Revert back Memory allocation policy to 10g. 11g introduced a new instance parameter memory_target, which defines the total SGA + PGA memory allocated for the current instance, this way you don't have to worry about the way memory is individually distributed among the different memory component, meanwhile in 10g there were two different parameters, one named sga_target and the second pga_aggregate_target, this divided the memory allocation in two parts. In my personal belief I am strongly convinced that there was an issue with this new allocation policy on this particular Windows 2003 x64 platform. 11g for windows is the last port released by Oracle Corp., not too many big companies use Windows as the main production O.S. platform, and the new features have to go through a testing that sometimes cannot thoroughly reproduce a heavy weight production environment, so it is very likely that at the extreme conditions systems are sometimes exposed a very hidden in the deep internals bug is hit. This was the case in this environment, so I suggested to revert back to the 10g memory allocation policy.
Rewrite the application. Leaning on the original development team is great, you can manipulate the source code and have it tailored in case it is required. In this case there were some applications that wildly hit the production environment with a huge amount of transactions. In this particular point the credit goes to Anil R. who knew exactly how to rewrite the code that was still triggering an ORA-07455 error after the DB was upgraded.

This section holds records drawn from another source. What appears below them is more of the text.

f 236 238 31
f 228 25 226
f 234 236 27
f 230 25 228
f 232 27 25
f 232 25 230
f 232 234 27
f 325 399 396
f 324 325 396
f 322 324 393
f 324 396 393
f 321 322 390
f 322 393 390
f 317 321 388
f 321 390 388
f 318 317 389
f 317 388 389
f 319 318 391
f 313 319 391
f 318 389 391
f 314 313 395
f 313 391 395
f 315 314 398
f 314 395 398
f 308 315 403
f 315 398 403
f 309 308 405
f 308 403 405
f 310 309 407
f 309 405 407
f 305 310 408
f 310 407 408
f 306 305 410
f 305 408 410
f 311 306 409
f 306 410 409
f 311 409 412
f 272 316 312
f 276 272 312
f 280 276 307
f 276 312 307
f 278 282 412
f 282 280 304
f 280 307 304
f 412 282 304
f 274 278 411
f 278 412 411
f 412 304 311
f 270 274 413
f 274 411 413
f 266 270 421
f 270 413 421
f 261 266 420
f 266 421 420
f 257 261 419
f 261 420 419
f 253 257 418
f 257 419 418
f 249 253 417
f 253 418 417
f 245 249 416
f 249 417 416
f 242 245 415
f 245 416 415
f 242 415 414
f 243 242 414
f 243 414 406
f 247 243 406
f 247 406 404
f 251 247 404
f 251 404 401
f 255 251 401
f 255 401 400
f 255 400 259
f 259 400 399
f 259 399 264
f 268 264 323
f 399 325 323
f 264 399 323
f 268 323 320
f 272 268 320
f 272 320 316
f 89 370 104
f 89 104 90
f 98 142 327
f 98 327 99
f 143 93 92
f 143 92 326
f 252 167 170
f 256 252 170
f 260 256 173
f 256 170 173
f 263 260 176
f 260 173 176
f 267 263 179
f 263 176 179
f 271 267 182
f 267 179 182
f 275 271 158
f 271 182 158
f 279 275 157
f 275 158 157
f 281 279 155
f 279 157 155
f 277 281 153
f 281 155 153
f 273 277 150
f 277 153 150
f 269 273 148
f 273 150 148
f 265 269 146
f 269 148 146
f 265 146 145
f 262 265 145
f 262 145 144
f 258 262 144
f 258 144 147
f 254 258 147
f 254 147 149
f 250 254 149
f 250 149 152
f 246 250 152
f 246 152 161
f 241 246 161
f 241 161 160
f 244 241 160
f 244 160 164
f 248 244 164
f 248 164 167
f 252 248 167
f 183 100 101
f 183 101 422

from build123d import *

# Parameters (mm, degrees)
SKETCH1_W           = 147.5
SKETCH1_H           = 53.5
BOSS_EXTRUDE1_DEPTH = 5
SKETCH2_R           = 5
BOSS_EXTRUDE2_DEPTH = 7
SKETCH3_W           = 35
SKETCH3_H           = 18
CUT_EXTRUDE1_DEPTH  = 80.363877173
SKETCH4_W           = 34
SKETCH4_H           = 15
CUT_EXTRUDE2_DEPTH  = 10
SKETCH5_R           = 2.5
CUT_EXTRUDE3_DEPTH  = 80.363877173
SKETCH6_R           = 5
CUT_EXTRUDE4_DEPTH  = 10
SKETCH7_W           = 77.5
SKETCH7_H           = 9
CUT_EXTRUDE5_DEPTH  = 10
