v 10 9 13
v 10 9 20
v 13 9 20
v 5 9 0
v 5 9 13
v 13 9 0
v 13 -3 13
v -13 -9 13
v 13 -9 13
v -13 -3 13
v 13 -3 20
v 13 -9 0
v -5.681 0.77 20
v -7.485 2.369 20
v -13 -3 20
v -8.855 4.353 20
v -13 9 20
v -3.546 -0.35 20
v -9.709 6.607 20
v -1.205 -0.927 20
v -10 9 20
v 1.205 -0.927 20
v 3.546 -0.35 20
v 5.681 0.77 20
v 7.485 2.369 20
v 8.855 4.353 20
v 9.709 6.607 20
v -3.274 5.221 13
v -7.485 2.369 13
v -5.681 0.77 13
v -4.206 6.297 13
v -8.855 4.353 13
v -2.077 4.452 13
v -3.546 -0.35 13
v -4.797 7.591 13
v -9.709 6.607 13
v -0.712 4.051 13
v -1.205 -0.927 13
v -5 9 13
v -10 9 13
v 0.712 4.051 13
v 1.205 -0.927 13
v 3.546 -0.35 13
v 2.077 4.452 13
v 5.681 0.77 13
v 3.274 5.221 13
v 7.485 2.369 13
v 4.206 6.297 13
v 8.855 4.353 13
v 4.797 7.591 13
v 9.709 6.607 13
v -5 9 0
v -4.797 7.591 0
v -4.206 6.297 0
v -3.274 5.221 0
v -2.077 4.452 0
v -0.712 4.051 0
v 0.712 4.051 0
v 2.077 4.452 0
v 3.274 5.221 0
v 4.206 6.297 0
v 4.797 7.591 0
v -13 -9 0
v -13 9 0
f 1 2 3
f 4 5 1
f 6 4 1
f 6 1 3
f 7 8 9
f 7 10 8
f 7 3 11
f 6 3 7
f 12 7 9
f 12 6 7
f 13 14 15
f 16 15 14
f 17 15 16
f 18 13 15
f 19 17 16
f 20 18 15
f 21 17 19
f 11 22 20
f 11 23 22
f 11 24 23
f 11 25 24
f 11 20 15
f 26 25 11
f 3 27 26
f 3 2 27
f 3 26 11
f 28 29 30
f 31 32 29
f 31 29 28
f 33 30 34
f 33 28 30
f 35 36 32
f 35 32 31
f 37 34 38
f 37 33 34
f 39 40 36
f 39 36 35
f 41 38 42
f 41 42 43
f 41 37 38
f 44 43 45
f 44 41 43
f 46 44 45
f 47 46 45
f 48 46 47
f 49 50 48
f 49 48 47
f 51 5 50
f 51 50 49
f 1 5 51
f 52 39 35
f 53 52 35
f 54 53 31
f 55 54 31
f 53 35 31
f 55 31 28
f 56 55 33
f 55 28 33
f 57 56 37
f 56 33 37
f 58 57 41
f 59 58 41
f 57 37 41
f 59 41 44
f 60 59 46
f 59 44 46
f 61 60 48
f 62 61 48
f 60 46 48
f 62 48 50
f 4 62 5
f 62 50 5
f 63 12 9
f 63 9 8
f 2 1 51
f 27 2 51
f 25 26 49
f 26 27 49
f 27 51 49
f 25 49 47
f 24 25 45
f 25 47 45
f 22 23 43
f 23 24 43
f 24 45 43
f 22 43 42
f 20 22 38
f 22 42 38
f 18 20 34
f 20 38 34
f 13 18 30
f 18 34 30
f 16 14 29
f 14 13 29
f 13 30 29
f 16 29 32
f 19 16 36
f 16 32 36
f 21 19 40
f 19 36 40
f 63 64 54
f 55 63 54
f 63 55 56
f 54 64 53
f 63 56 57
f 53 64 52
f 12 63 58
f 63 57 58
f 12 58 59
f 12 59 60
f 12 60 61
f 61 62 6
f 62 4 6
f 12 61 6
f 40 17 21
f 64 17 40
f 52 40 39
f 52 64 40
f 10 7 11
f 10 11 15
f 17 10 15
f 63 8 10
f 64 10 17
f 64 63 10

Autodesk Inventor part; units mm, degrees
ref_plane "YZ Plane" through (0, 0, 0) normal (1, 0, 0) x (0, 1, 0)
ref_plane "XZ Plane" through (0, 0, 0) normal (0, 1, 0) x (-1, 0, 0)
ref_plane "XY Plane" through (0, 0, 0) normal (0, 0, 1) x (1, 0, 0)
sketch "草图1" plane through (0, 0, 0) normal (0, 0, 1) x (1, 0, 0)
  line L0 (-13, 9) -> (13, 9)
  line L1 (13, 9) -> (13, -9)
  line L2 (13, -9) -> (-13, -9)
  line L3 (-13, -9) -> (-13, 9)
  line L4 (-13, 9) -> (13, -9) construction
  line L5 (13, 9) -> (-13, -9) construction
  point P0 (0, 0)
  dimension "d0" = 26
  dimension "d1" = 18
extrude "拉伸1" add sketch "草图1" along normal blind 13
sketch "草图2" plane through (0, 0, 13) normal (0, 0, 1) x (1, 0, 0)
  line L0 (13, 9) -> (-13, 9) projected
  line L1 (13, -9) -> (13, 9) projected
  line L2 (-13, 9) -> (13, 9)
  line L3 (13, 9) -> (13, -3)
  line L4 (13, -3) -> (-13, -3)
  line L5 (-13, -3) -> (-13, 9)
  arc A0 (-10, 9) -> (10, 9) centre (0, 9) ccw
  point P0 (0, 0)
  point P1 (10, 9)
  dimension "d4" = 12
  dimension "d5" = 20
extrude "拉伸2" add sketch "草图2" along normal blind 7 contours L1 L4 L5 L0 A0
sketch "草图3" plane through (0, 0, 13) normal (0, 0, 1) x (1, 0, 0)
  line L0 (10, 9) -> (-10, 9) projected
  arc A0 (-5, 9) -> (5, 9) centre (0, 9) ccw
  point P0 (0, 0)
  dimension "d8" = 10
extrude "拉伸3" cut sketch "草图3" against normal blind 13
properties part number "2-4"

After one month of activity no errors have shown up, and even though O.S.S. was not able to issue a conclusive reason why these errors showed up, the troubleshooting procedure was so far successful.

Conclusion
An ORA-00600 is still an error that lies within the Oracle jurisdiction, don't try to rewrite the oracle.exe code in case this kind of errors show up, but at least try to do your very best to abstract the 600 Black Box by identifying the key factors that trigger the error, and reading through the log and trace files. Answer the question Why this error showed up? and absolutely the very first troubleshooting point, raise a Service Request at Oracle Support Services.